Evaluation metrics: Denote \(m_{ij}\) as the number of pixels of class i labeled as class j, \(t_i = \sum _j{m_{ij}}\) as the number of pixels of class i. The following metrics are computed (IU represents region intersection over union):

  1. (1)

    Mean accuracy (MA): \((1/2)\sum _i{m_{ii}/t_i}\)

  2. (2)

    Average IU (AIU): \((1/2)\sum _i({m_{ii}/(t_i + \sum _j{m_{ji}} -m_{ii})})\)

  3. (3)

    Weighted IU (WIU) : \((1/\sum _it_i)\sum _i(t_i{m_{ii}/(t_i + \sum _j{m_{ji}} -m_{ii})})\)

  4. (4)

    Precision (P), recall (R) and \(\text {F}_1\) score.

Comparison with Other Works: We compare our method with several variations of other deep learning based frameworks, e.g., multi-layer perception (MLP), convolutional neural network (CNN). The detailed performance comparison are given in Table 2. SCW-RNN(4) and SCW-RNN(8) denote the proposed method for 4 and 8 connected neighborhood, respectively. CNN-nips is the famous architecture utilized in [5] to segment neuronal membranes, which consists of 4 convolutional layers and 4 max-pooling layers followed by two fully connected layer. This network uses a large input window size \((95\times 95)\) to capture the context information. We also compare our method with U-NET [11], an end-to-end CNN architecture. To demonstrate our method’s capability of handling spatial context information, a plain MLP network that shares similar architecture to our model, denoted as MLP-10 are considered for comparison as well. We also try a larger window size (\(48 \times 48\)) for MLP network, denoted as MLP-48.

Fig. 2.
figure 2

Perymisum segmentation results on three challenging skeleton muscle images which show strong global structure and demonstrates a lot of appearance similarity between perimysium (true positive) and endo/epimysium (false positive). Comparing with other methods, our results show much better global consistency because it can capture global spatial configurations.

Table 2. The quantitative comparative results of muscle perimysium segmentation results. T represents the average running time (measured in second)

As we show in Table 2, both versions of the proposed method, SCW-RNN(4) and SCW-RNN(8), achieve the best overall performance compared with others. It is obvious that the utilization of more spatial context information in SCW-RNN(8) leads to performance improvement than SCW-RNN(4), especially in terms of recall and \(\text {F}_{1}\) score. MLP-10, which does not consider such spatial context information across local patches, produces a lot of false positive evidenced by the low precision and \(\text {F}_{1}\) score.

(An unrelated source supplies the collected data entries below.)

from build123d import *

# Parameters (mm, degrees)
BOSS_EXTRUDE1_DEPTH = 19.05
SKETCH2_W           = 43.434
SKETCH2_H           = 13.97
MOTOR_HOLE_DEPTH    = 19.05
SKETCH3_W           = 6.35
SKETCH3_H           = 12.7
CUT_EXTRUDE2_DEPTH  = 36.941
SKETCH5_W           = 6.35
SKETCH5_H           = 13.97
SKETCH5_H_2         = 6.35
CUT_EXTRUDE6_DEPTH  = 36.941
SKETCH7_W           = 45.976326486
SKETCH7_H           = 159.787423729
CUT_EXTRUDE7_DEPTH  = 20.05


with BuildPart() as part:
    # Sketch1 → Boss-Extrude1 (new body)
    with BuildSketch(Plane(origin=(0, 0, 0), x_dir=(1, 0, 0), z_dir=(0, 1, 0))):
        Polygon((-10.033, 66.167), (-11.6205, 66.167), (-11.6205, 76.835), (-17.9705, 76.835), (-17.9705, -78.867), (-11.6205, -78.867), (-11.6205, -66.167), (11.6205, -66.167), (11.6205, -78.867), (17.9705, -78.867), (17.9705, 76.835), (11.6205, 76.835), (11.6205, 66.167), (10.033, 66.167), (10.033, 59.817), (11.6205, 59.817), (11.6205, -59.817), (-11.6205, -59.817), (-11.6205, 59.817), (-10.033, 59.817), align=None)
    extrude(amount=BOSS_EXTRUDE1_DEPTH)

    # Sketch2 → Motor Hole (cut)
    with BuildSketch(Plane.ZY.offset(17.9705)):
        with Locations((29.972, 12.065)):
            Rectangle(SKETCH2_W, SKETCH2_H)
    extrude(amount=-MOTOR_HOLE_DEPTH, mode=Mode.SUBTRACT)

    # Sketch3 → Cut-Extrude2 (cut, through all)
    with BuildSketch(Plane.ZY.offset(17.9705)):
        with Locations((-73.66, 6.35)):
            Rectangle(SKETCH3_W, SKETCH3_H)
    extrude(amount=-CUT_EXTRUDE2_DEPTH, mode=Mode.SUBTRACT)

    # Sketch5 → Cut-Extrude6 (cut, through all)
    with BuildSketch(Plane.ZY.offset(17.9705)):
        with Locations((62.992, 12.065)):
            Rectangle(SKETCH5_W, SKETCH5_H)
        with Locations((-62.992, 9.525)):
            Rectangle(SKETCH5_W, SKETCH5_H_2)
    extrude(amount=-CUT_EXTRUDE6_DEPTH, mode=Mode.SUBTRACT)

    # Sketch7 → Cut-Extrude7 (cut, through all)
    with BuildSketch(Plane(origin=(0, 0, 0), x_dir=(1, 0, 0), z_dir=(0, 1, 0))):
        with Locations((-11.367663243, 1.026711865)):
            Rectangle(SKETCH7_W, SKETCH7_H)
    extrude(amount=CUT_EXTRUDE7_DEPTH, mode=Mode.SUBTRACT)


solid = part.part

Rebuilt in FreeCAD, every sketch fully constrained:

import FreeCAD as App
import Part
import Sketcher
Q = App.Units.Quantity


def add_polygon(sketch, points):
    """Adds a closed chain of lines whose ends are joined by coincident constraints."""
    first, n = sketch.GeometryCount, len(points)
    for a, b in zip(points, points[1:] + points[:1]):
        sketch.addGeometry(Part.LineSegment(App.Vector(*a, 0), App.Vector(*b, 0)), False)
    for i in range(n):
        sketch.addConstraint(Sketcher.Constraint("Coincident", first + i, 2, first + (i + 1) % n, 1))

doc = App.newDocument("Part")
params = doc.addObject("Spreadsheet::Sheet", "Params")
for row, (alias, value) in enumerate([
    ("sketch1_height", "0.5 in"),
    ("sketch1_width", "0.25 in"),
    ("sketch1_height2", "0.42 in"),
    ("sketch1_height3", "6.13 in"),
    ("sketch1_width2", "0.0625 in"),
    ("pad1_length", "0.75 in"),
    ("sketch2_width", "0.55 in"),
    ("sketch2_height", "1.71 in"),
    ("pocket1_length", "0.75 in"),
    ("sketch3_width", "0.5 in"),
    ("sketch3_height", "0.25 in"),
    ("sketch4_width", "0.55 in"),
    ("sketch4_width2", "0.25 in"),
], start=1):
    params.set(f"A{row}", alias)
    params.set(f"B{row}", "=" + value)
    params.setAlias(f"B{row}", alias)

body = doc.addObject("PartDesign::Body", "Body")

sketch1 = body.newObject("Sketcher::SketchObject", "Sketch")
sketch1.AttachmentSupport = (doc.getObject("XZ_Plane"), [""])
sketch1.MapMode = "FlatFace"
add_polygon(sketch1, [(-10.033, -66.167), (-11.6205, -66.167), (-11.6205, -76.835), (-17.9705, -76.835), (-17.9705, 78.867), (-11.6205, 78.867), (-11.6205, 66.167), (11.6205, 66.167), (11.6205, 78.867), (17.9705, 78.867), (17.9705, -76.835), (11.6205, -76.835), (11.6205, -66.167), (10.033, -66.167), (10.033, -59.817), (11.6205, -59.817), (11.6205, 59.817), (-11.6205, 59.817), (-11.6205, -59.817), (-10.033, -59.817)])
sketch1.addConstraint(Sketcher.Constraint("Horizontal", 0))
sketch1.addConstraint(Sketcher.Constraint("Vertical", 1))
sketch1.addConstraint(Sketcher.Constraint("Horizontal", 2))
sketch1.addConstraint(Sketcher.Constraint("Vertical", 3))
sketch1.addConstraint(Sketcher.Constraint("Horizontal", 4))
sketch1.addConstraint(Sketcher.Constraint("Vertical", 5))
sketch1.addConstraint(Sketcher.Constraint("Horizontal", 6))
sketch1.addConstraint(Sketcher.Constraint("Vertical", 7))
sketch1.addConstraint(Sketcher.Constraint("Horizontal", 8))
sketch1.addConstraint(Sketcher.Constraint("Vertical", 9))
sketch1.addConstraint(Sketcher.Constraint("Horizontal", 10))
sketch1.addConstraint(Sketcher.Constraint("Vertical", 11))
sketch1.addConstraint(Sketcher.Constraint("Horizontal", 12))
sketch1.addConstraint(Sketcher.Constraint("Vertical", 13))
sketch1.addConstraint(Sketcher.Constraint("Horizontal", 14))
sketch1.addConstraint(Sketcher.Constraint("Vertical", 15))
sketch1.addConstraint(Sketcher.Constraint("Horizontal", 16))
sketch1.addConstraint(Sketcher.Constraint("Vertical", 17))
sketch1.addConstraint(Sketcher.Constraint("Horizontal", 18))
sketch1.addConstraint(Sketcher.Constraint("Vertical", 19))
sketch1.addConstraint(Sketcher.Constraint("Symmetric", 0, 2, 6, 2, -1, 1))
sketch1.addConstraint(Sketcher.Constraint("Symmetric", 5, 2, 11, 2, -1, 1))
sketch1.addConstraint(Sketcher.Constraint("Symmetric", 14, 2, 16, 2, -1, 1))
sketch1.addConstraint(Sketcher.Constraint("Symmetric", 4, 2, 7, 2, -2))
sketch1.addConstraint(Sketcher.Constraint("Symmetric", 2, 2, 9, 2, -2))
sketch1.addConstraint(Sketcher.Constraint("Symmetric", 13, 2, 18, 2, -2))
sketch1.addConstraint(Sketcher.Constraint("Vertical", 11, 2, 14, 2))
sketch1.addConstraint(Sketcher.Constraint("Equal", 10, 13))
sketch1.addConstraint(Sketcher.Constraint("DistanceY", 5, 2, 5, 1, Q("0.5 in")))
sketch1.addConstraint(Sketcher.Constraint("DistanceX", 2, 2, 2, 1, Q("0.25 in")))
sketch1.addConstraint(Sketcher.Constraint("DistanceY", 1, 2, 1, 1, Q("0.42 in")))
sketch1.addConstraint(Sketcher.Constraint("DistanceY", 3, 1, 3, 2, Q("6.13 in")))
sketch1.addConstraint(Sketcher.Constraint("DistanceX", 0, 2, 0, 1, Q("0.0625 in")))
sketch1.addConstraint(Sketcher.Constraint("DistanceX", 6, 1, 6, 2, Q("0.915 in")))
sketch1.setExpression("Constraints[48]", "Params.sketch1_height")
sketch1.setExpression("Constraints[49]", "Params.sketch1_width")
sketch1.setExpression("Constraints[50]", "Params.sketch1_height2")
sketch1.setExpression("Constraints[51]", "Params.sketch1_height3")
sketch1.setExpression("Constraints[52]", "Params.sketch1_width2")
pad1 = body.newObject("PartDesign::Pad", "Pad")
pad1.Profile = sketch1
pad1.setExpression("Length", "Params.pad1_length")
pad1.Reversed = True

sketch2 = body.newObject("Sketcher::SketchObject", "Sketch001")
sketch2.AttachmentSupport = (doc.getObject("YZ_Plane"), [""])
sketch2.MapMode = "FlatFace"
sketch2.AttachmentOffset = App.Placement(App.Vector(0, 0, -0.7075 * 25.4), App.Rotation())
add_polygon(sketch2, [(19.05, 8.255), (5.08, 8.255), (5.08, 51.689), (19.05, 51.689)])
sketch2.addConstraint(Sketcher.Constraint("Horizontal", 0))
sketch2.addConstraint(Sketcher.Constraint("Vertical", 1))
sketch2.addConstraint(Sketcher.Constraint("Horizontal", 2))
sketch2.addConstraint(Sketcher.Constraint("Vertical", 3))
sketch2.addConstraint(Sketcher.Constraint("DistanceX", 0, 2, 0, 1, Q("0.55 in")))
sketch2.addConstraint(Sketcher.Constraint("DistanceY", 1, 1, 1, 2, Q("1.71 in")))
sketch2.addConstraint(Sketcher.Constraint("DistanceX", -1, 1, 0, 2, Q("0.2 in")))
sketch2.addConstraint(Sketcher.Constraint("DistanceY", -1, 1, 0, 2, Q("0.325 in")))
sketch2.setExpression("Constraints[8]", "Params.sketch2_width")
sketch2.setExpression("Constraints[9]", "Params.sketch2_height")
pocket1 = body.newObject("PartDesign::Pocket", "Pocket")
pocket1.Profile = sketch2
pocket1.setExpression("Length", "Params.pocket1_length")
pocket1.Reversed = True

sketch3 = body.newObject("Sketcher::SketchObject", "Sketch002")
sketch3.AttachmentSupport = (doc.getObject("YZ_Plane"), [""])
sketch3.MapMode = "FlatFace"
sketch3.AttachmentOffset = App.Placement(App.Vector(0, 0, -0.7075 * 25.4), App.Rotation())
add_polygon(sketch3, [(12.7, -76.835), (0, -76.835), (0, -70.485), (12.7, -70.485)])
sketch3.addConstraint(Sketcher.Constraint("Horizontal", 0))
sketch3.addConstraint(Sketcher.Constraint("Vertical", 1))
sketch3.addConstraint(Sketcher.Constraint("Horizontal", 2))
sketch3.addConstraint(Sketcher.Constraint("Vertical", 3))
sketch3.addConstraint(Sketcher.Constraint("PointOnObject", 0, 2, -2))
sketch3.addConstraint(Sketcher.Constraint("DistanceX", 0, 2, 0, 1, Q("0.5 in")))
sketch3.addConstraint(Sketcher.Constraint("DistanceY", 1, 1, 1, 2, Q("0.25 in")))
sketch3.addConstraint(Sketcher.Constraint("DistanceY", 0, 2, -1, 1, Q("3.025 in")))
sketch3.setExpression("Constraints[9]", "Params.sketch3_width")
sketch3.setExpression("Constraints[10]", "Params.sketch3_height")
pocket2 = body.newObject("PartDesign::Pocket", "Pocket001")
pocket2.Profile = sketch3
pocket2.Type = "ThroughAll"
pocket2.Reversed = True

sketch4 = body.newObject("Sketcher::SketchObject", "Sketch003")
sketch4.AttachmentSupport = (doc.getObject("YZ_Plane"), [""])
sketch4.MapMode = "FlatFace"
sketch4.AttachmentOffset = App.Placement(App.Vector(0, 0, -0.7075 * 25.4), App.Rotation())
add_polygon(sketch4, [(19.05, 59.817), (5.08, 59.817), (5.08, 66.167), (19.05, 66.167)])
add_polygon(sketch4, [(12.7, -66.167), (6.35, -66.167), (6.35, -59.817), (12.7, -59.817)])
sketch4.addConstraint(Sketcher.Constraint("Horizontal", 0))
sketch4.addConstraint(Sketcher.Constraint("Vertical", 1))
sketch4.addConstraint(Sketcher.Constraint("Horizontal", 2))
sketch4.addConstraint(Sketcher.Constraint("Vertical", 3))
sketch4.addConstraint(Sketcher.Constraint("Horizontal", 4))
sketch4.addConstraint(Sketcher.Constraint("Vertical", 5))
sketch4.addConstraint(Sketcher.Constraint("Horizontal", 6))
sketch4.addConstraint(Sketcher.Constraint("Vertical", 7))
sketch4.addConstraint(Sketcher.Constraint("Equal", 6, 1))
sketch4.addConstraint(Sketcher.Constraint("Equal", 3, 5))
sketch4.addConstraint(Sketcher.Constraint("DistanceX", 0, 2, 0, 1, Q("0.55 in")))
sketch4.addConstraint(Sketcher.Constraint("DistanceX", 4, 2, 4, 1, Q("0.25 in")))
sketch4.addConstraint(Sketcher.Constraint("DistanceX", -1, 1, 0, 2, Q("0.2 in")))
sketch4.addConstraint(Sketcher.Constraint("DistanceX", -1, 1, 6, 2, Q("0.5 in")))
sketch4.addConstraint(Sketcher.Constraint("DistanceY", 4, 2, 0, 2, Q("4.96 in")))
sketch4.addConstraint(Sketcher.Constraint("DistanceY", -1, 1, 0, 2, Q("2.355 in")))
sketch4.setExpression("Constraints[18]", "Params.sketch4_width")
sketch4.setExpression("Constraints[19]", "Params.sketch4_width2")
pocket3 = body.newObject("PartDesign::Pocket", "Pocket002")
pocket3.Profile = sketch4
pocket3.Type = "ThroughAll"
pocket3.Reversed = True

sketch5 = body.newObject("Sketcher::SketchObject", "Sketch004")
sketch5.AttachmentSupport = (doc.getObject("XZ_Plane"), [""])
sketch5.MapMode = "FlatFace"
add_polygon(sketch5, [(-34.355826, -80.920424), (-34.355826, 78.867), (11.6205, 78.867), (11.6205, -80.920424)])
sketch5.addConstraint(Sketcher.Constraint("Vertical", 0))
sketch5.addConstraint(Sketcher.Constraint("Horizontal", 1))
sketch5.addConstraint(Sketcher.Constraint("Vertical", 2))
sketch5.addConstraint(Sketcher.Constraint("Horizontal", 3))
sketch5.addConstraint(Sketcher.Constraint("DistanceY", -1, 1, 0, 2, Q("3.105 in")))
sketch5.addConstraint(Sketcher.Constraint("DistanceX", -1, 1, 1, 2, Q("0.4575 in")))
sketch5.addConstraint(Sketcher.Constraint("DistanceX", 1, 1, 1, 2, Q("45.976326 mm")))
sketch5.addConstraint(Sketcher.Constraint("DistanceY", 0, 1, 0, 2, Q("159.787424 mm")))
pocket4 = body.newObject("PartDesign::Pocket", "Pocket003")
pocket4.Profile = sketch5
pocket4.Type = "ThroughAll"

doc.recompute()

MLP-48, which has a larger receptive field outperforms MLP-10 with a large margin. CNN-nips, which uses a really large window size (\(95 \times 95\)), achieves comparative results as ours, but its running time is almost 100 times slower than our method. Although for certain architecture, fast scanning can be utilized to remove redundant computations of convolution operation, it is not applicable to our case, which conducts patch-wise normalization. U-NET [11], which does not invoke patch based testing, is also very efficient, but it produces a much lower \(\text {F}_{1}\) score and AIU than ours, one of the possible reasons is that we do not apply aggressive data augmentation in all of our experimental settings.

For quantitative comparison, some challenging images with segmentation results overlaid on the original image are shown in Fig. 2. It can be observed that our method produces the most accurate results with much better global consistency. This further provides evidences that our proposed spatial CW-RNN has strong capability to learn the global context information, which is the key to differentiate perimysium from endomysium, epimysium, and blood vessels.

4 Conclusion

In this paper, we propose a formulation of the novel 2D spatial clock-work recurrent neural network and pave the way to utilize RNN architecture to process 2D biomedical image data. Our spatial CW-RNN is totally end-to-end trainable and capable of encoding the global context information into the features of each local image patch, which tremendously improves the performance. In addition, we utilize the structured output for each local image patch, making it efficient for both training and testing.